TRY IT
Please show every line in the entries below that includes the word "color".

Stored data entries
___

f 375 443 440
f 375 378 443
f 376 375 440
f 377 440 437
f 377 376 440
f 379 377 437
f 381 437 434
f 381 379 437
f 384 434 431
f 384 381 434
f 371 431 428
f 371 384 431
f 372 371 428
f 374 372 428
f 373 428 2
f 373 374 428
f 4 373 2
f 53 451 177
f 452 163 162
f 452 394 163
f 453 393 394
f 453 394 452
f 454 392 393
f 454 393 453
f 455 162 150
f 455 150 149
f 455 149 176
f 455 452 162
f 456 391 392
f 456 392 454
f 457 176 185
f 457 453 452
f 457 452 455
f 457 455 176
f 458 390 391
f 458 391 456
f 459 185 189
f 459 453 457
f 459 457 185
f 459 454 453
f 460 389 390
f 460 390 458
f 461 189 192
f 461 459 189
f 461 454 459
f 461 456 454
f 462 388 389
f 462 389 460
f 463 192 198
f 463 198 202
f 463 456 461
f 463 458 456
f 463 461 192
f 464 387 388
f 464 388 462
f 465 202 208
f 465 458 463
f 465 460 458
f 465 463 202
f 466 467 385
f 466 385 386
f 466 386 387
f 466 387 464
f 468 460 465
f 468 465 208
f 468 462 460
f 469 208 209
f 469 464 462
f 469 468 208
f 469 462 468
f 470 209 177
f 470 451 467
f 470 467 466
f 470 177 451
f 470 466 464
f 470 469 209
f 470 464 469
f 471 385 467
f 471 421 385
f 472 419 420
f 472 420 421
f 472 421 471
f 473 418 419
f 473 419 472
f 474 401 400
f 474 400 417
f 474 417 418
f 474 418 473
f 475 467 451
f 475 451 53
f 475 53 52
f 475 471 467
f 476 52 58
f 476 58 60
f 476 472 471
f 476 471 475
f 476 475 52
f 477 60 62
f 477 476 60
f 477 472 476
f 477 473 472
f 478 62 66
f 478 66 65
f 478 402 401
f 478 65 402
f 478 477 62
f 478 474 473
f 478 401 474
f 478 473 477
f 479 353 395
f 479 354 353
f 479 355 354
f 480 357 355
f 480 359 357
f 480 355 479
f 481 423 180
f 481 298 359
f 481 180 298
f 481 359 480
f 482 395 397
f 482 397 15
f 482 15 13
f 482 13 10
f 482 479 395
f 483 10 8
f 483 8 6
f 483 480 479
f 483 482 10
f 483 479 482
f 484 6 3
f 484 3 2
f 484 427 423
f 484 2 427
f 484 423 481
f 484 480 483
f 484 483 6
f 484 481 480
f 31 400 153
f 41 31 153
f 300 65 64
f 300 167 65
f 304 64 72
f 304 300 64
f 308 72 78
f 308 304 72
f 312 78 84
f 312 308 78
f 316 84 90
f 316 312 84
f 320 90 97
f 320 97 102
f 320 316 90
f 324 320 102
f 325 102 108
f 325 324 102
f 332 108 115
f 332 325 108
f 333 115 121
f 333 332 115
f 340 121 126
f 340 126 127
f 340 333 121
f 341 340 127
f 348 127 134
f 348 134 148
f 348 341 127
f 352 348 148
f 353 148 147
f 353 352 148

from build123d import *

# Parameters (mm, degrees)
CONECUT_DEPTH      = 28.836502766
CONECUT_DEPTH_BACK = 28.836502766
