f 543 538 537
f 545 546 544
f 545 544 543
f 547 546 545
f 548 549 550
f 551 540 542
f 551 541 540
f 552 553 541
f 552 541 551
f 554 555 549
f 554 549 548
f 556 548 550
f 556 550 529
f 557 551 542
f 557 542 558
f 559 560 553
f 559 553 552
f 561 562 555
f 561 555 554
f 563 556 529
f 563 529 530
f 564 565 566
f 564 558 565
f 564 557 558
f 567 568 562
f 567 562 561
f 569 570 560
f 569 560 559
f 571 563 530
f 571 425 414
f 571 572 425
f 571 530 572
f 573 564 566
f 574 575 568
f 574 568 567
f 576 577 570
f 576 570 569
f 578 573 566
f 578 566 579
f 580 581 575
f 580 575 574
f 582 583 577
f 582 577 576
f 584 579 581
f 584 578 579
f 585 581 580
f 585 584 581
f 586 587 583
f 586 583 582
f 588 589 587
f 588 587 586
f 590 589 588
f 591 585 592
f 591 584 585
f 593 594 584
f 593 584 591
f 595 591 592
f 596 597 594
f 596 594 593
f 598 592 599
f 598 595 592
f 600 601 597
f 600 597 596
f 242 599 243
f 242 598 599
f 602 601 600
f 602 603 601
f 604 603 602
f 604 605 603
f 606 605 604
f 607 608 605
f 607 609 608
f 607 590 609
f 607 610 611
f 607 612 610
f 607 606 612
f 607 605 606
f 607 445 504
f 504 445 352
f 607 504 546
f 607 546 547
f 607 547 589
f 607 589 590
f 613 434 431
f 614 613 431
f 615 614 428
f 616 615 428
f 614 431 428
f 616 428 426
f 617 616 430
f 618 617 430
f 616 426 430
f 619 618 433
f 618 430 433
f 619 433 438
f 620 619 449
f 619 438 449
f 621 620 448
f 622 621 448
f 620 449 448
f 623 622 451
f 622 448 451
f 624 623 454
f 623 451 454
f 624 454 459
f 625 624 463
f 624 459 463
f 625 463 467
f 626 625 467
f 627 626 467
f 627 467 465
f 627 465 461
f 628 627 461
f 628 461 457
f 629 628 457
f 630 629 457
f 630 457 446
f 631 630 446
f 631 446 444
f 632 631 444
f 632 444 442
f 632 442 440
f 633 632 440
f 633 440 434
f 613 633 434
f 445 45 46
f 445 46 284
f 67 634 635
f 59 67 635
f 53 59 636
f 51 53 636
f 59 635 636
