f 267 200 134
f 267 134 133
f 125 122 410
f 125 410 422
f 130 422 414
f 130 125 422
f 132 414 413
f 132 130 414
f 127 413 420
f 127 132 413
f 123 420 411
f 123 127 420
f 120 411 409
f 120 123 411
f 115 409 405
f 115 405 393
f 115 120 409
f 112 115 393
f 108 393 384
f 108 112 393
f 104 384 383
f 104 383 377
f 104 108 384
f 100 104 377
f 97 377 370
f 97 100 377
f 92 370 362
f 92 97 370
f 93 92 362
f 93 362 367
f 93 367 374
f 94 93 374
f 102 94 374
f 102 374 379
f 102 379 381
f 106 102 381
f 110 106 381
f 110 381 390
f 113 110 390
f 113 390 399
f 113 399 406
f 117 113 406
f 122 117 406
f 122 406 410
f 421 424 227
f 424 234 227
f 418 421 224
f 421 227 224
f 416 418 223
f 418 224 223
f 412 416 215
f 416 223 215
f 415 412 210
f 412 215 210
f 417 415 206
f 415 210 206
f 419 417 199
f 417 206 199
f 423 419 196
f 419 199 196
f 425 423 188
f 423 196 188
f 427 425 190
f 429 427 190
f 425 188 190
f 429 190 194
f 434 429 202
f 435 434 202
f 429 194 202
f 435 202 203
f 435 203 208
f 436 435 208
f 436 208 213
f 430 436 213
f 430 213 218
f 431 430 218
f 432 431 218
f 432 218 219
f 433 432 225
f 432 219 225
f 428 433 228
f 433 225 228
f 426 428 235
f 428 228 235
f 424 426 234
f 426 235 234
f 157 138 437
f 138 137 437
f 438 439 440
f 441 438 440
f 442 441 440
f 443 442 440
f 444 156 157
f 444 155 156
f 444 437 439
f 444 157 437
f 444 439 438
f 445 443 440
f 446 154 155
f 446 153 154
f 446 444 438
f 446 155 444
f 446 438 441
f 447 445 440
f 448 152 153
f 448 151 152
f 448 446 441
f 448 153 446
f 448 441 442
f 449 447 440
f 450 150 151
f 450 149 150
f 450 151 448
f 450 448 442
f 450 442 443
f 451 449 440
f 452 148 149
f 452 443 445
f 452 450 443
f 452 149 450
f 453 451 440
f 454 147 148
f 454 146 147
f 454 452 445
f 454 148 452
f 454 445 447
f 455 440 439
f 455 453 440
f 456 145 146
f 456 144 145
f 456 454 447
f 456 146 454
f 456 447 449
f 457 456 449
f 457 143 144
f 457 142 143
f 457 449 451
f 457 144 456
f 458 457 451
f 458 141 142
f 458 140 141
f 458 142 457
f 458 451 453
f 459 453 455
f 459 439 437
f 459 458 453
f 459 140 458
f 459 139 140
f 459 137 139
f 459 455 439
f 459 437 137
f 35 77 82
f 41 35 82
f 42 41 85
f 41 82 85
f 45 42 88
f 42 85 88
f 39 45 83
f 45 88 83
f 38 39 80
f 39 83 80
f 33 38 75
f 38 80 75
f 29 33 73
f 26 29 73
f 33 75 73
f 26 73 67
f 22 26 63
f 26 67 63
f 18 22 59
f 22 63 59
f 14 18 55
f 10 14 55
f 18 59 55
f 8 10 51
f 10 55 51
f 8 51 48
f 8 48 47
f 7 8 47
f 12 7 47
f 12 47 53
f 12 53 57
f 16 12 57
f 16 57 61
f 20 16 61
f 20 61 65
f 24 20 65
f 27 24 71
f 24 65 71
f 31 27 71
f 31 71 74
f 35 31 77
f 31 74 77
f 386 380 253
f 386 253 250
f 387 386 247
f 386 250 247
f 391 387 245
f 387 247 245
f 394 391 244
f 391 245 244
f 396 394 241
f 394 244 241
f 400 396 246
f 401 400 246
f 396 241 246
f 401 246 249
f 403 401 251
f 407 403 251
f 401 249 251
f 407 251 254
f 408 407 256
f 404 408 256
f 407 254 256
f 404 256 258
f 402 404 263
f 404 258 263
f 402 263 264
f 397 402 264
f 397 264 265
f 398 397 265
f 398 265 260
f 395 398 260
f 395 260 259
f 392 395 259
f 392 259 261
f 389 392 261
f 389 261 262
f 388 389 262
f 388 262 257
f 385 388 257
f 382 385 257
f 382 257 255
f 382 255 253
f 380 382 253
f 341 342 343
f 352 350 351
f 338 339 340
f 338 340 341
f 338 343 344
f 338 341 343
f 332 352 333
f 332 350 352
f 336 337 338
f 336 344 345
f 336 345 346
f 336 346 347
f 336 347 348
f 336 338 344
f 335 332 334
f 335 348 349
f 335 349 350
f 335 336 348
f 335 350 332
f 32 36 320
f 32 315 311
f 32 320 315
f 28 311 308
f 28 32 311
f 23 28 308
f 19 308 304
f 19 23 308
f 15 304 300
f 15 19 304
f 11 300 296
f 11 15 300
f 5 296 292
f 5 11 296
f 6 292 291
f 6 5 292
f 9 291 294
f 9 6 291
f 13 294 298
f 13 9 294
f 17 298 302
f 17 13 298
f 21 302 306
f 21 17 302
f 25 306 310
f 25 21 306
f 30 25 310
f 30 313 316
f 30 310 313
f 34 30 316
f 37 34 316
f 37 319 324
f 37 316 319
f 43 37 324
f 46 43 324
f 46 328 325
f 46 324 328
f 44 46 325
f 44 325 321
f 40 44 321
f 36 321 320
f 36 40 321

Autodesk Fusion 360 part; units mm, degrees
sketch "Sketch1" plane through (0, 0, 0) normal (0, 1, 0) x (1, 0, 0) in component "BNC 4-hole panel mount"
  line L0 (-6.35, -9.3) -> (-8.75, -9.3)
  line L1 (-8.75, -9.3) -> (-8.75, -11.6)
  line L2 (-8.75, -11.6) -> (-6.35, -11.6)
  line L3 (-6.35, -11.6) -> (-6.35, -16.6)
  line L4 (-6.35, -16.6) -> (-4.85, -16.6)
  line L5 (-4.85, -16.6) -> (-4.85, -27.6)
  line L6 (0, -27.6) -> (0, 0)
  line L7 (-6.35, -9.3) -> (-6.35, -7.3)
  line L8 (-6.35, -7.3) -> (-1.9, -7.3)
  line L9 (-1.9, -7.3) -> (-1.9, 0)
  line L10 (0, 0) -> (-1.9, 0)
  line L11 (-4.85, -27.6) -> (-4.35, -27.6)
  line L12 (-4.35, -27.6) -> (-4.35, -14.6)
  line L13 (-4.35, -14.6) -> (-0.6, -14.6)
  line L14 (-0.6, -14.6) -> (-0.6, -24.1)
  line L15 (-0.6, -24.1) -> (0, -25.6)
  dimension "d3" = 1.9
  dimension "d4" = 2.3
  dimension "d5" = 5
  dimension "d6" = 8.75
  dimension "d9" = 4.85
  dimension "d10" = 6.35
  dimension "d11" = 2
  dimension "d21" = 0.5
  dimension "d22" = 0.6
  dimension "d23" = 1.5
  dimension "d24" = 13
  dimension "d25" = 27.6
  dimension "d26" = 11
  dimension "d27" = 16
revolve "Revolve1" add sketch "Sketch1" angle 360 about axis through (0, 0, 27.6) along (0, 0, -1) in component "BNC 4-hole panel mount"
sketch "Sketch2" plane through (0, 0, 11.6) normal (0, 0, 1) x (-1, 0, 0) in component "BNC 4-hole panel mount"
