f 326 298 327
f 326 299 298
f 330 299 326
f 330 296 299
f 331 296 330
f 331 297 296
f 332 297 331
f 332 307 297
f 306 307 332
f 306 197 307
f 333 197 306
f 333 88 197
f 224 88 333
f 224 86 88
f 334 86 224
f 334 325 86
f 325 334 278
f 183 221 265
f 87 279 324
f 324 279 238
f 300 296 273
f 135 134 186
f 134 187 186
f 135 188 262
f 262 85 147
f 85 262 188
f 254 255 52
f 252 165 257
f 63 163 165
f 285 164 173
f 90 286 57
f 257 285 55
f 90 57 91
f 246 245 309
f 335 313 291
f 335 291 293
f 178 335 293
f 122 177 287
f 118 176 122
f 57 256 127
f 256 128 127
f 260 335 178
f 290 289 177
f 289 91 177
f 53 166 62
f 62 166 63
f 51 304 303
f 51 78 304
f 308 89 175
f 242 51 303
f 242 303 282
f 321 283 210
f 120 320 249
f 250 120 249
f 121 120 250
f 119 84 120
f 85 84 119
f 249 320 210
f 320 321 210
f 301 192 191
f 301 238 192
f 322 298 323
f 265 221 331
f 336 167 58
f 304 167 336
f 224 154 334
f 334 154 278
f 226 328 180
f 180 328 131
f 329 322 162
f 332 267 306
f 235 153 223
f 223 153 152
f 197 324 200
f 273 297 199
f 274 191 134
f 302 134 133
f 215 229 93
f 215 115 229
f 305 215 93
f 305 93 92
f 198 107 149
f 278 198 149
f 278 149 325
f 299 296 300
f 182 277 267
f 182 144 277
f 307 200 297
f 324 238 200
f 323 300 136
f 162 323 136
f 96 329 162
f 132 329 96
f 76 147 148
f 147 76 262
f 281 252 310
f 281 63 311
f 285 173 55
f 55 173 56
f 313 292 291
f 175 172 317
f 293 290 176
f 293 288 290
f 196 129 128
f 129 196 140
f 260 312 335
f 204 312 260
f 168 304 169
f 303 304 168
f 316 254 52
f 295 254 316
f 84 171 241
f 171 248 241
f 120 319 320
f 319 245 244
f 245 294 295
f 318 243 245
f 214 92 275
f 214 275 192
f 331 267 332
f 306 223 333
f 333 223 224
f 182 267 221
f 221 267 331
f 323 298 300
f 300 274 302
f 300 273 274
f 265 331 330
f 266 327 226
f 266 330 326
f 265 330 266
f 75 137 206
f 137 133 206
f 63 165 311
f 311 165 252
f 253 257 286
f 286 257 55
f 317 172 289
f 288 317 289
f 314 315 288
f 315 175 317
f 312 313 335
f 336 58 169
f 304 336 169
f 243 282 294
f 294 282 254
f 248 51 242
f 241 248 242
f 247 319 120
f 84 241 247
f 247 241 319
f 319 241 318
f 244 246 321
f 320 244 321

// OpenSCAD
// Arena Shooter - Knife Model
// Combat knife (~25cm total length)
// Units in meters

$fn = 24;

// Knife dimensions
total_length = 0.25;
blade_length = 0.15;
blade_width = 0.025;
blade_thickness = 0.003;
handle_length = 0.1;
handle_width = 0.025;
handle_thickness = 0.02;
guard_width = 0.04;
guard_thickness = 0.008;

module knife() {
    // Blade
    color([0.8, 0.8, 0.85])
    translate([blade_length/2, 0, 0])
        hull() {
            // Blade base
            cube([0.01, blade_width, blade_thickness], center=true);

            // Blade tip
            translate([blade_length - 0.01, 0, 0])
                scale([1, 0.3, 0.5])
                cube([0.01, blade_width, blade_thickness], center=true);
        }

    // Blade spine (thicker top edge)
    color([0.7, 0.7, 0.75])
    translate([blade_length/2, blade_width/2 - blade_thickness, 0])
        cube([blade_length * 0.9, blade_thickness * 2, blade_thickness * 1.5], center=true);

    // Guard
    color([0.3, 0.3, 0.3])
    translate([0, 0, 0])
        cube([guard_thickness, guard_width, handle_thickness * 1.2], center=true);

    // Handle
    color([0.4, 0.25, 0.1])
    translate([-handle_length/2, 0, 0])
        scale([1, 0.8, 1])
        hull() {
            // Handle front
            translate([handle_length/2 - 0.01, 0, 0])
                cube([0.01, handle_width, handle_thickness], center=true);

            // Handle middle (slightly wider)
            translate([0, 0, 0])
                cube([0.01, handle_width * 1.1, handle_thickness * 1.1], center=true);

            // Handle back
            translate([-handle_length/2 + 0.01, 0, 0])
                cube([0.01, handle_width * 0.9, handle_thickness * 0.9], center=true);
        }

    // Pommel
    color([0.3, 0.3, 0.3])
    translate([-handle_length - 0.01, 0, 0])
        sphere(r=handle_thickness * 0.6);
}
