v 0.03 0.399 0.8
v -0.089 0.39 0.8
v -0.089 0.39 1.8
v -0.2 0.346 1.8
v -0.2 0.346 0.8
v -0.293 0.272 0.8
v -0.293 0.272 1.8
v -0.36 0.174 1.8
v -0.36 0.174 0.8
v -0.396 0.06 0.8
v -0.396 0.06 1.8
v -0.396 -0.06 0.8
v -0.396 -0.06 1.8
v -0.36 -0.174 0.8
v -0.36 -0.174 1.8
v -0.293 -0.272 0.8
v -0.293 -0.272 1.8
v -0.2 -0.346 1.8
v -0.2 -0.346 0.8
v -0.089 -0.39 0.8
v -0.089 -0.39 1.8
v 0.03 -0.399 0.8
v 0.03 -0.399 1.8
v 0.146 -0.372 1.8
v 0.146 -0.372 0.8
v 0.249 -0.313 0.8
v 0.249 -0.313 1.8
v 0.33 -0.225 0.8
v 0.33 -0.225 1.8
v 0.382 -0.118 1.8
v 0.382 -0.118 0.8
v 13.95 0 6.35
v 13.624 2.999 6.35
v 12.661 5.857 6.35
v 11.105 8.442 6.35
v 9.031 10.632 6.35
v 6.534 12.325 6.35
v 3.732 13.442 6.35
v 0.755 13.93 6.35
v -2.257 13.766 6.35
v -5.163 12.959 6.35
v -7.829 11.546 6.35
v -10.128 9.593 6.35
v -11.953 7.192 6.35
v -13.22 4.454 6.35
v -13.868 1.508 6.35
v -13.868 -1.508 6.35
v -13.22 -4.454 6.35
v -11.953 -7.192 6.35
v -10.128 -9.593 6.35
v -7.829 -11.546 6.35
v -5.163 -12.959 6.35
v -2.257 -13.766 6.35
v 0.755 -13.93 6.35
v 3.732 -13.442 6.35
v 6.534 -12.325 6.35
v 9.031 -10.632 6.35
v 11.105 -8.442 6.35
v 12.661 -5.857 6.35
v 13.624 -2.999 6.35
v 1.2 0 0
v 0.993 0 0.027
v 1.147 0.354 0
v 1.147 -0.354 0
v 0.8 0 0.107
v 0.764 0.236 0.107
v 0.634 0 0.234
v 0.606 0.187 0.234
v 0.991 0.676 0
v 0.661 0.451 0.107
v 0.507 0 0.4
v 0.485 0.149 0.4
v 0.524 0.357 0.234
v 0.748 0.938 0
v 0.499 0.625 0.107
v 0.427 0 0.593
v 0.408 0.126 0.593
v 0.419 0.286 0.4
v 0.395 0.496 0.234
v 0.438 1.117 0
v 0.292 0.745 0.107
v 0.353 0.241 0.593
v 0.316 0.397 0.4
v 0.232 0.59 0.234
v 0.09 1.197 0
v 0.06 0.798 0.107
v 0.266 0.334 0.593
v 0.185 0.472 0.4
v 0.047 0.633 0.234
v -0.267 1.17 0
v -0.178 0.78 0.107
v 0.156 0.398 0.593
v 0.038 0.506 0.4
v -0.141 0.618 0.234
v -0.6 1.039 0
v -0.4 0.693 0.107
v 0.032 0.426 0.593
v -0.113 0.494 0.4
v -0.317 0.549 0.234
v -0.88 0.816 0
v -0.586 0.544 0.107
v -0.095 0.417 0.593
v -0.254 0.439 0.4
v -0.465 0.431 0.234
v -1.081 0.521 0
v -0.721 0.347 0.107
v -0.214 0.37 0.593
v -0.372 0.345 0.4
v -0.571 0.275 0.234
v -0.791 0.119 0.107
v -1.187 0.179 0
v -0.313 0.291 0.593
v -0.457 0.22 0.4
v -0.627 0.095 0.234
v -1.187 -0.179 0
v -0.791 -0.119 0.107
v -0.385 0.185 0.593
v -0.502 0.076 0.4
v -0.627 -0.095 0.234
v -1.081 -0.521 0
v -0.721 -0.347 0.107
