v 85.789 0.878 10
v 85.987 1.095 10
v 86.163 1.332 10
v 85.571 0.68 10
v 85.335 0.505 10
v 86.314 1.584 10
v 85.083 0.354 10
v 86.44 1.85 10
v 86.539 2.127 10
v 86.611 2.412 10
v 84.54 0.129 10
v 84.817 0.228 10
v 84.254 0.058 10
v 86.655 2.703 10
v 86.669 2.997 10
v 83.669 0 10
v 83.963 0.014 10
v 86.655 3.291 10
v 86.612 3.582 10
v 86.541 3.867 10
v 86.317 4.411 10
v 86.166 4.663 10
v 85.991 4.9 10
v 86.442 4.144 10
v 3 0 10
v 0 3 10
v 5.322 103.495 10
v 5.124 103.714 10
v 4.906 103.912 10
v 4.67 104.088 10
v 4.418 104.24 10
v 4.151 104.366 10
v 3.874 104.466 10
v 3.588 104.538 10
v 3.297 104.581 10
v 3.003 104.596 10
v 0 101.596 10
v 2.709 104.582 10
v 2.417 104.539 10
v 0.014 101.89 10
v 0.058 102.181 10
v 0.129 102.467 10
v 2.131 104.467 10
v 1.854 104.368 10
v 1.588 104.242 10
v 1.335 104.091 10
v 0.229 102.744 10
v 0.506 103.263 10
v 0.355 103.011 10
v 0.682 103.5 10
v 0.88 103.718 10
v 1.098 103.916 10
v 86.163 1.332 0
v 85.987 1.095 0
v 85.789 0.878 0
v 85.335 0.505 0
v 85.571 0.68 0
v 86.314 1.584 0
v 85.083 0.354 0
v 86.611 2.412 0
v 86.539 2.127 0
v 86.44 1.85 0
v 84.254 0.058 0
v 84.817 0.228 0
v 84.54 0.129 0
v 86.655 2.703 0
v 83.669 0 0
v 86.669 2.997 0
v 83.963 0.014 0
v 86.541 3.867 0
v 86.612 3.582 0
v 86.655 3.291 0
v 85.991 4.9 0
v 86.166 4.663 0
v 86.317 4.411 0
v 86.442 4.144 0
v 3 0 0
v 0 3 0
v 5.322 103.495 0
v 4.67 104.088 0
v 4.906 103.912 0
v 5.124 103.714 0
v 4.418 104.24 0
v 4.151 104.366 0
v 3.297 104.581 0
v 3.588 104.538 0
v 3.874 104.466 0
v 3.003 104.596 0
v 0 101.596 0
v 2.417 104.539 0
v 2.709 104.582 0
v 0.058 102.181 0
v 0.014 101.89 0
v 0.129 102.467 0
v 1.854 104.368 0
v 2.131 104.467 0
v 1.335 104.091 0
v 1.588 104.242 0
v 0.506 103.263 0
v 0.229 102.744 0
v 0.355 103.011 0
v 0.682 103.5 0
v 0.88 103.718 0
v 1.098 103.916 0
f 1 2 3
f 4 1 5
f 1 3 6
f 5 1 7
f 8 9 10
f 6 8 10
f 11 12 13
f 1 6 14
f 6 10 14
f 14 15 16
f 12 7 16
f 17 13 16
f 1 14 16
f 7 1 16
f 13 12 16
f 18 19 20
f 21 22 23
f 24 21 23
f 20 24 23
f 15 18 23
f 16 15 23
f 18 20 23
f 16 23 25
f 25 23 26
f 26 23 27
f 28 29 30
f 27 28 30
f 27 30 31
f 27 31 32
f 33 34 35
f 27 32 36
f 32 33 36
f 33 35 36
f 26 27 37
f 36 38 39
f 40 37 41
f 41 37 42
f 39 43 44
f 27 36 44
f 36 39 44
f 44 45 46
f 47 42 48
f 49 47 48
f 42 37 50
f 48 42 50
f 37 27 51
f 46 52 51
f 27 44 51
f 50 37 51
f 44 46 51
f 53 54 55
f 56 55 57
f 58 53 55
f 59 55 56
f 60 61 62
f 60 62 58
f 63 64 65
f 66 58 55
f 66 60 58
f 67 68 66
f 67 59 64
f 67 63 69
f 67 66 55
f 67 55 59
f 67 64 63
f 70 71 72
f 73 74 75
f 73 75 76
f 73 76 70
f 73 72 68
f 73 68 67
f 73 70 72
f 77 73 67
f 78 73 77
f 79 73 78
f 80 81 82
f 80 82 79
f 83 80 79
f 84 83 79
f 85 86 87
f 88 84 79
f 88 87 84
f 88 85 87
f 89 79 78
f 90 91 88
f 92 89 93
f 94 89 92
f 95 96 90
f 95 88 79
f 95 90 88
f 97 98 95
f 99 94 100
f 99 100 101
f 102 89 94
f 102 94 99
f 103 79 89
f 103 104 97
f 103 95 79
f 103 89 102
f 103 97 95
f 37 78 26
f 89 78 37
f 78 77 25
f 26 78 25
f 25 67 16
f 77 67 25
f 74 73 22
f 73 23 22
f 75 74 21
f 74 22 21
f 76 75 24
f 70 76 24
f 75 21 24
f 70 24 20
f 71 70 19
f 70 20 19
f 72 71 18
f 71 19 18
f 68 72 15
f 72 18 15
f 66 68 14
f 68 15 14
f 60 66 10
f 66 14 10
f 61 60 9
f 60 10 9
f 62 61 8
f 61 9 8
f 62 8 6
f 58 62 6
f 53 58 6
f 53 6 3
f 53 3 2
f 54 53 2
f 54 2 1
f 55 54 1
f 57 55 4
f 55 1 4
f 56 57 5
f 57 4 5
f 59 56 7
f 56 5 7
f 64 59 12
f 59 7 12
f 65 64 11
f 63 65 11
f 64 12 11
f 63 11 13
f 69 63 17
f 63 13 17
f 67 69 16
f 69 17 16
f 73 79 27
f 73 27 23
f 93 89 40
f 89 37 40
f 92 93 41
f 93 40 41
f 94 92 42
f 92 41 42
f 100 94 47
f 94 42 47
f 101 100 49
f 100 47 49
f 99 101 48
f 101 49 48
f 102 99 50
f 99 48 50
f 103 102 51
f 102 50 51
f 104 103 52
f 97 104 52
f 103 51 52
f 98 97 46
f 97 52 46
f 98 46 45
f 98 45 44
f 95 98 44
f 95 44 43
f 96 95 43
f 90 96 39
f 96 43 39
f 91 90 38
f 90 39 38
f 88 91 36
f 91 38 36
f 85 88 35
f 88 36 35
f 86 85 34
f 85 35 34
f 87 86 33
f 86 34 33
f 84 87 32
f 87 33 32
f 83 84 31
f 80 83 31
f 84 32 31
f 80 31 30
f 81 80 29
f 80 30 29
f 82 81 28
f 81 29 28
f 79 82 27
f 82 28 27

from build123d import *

# Parameters (mm, degrees)
Y_KSEKLIK_EKSTR_ZYON1_DEPTH = 10
PAH1_SIZE                   = 3
RADYUS1_R                   = 3


with BuildPart() as part:
    # Çizim1 → Yükseklik-Ekstrüzyon1 (new body)
    with BuildSketch(Plane.XY):
        Polygon((0, 0), (0, 110), (90, 0), align=None)
    extrude(amount=Y_KSEKLIK_EKSTR_ZYON1_DEPTH)

    # Pah1
    pah1_edges = [part.edges().sort_by_distance(p)[0] for p in [
        (0, 0, 5),
    ]]
    chamfer(pah1_edges, length=PAH1_SIZE)

    # Radyus1
    radyus1_edges = [part.edges().sort_by_distance(p)[0] for p in [
        (0, 110, 5),
        (90, 0, 5),
    ]]
    fillet(radyus1_edges, radius=RADYUS1_R)


solid = part.part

___

ANSWER SECTION
    color([0.8, 0.8, 0.85])
    color([0.7, 0.7, 0.75])
    color([0.3, 0.3, 0.3])
    color([0.4, 0.25, 0.1])
    color([0.3, 0.3, 0.3])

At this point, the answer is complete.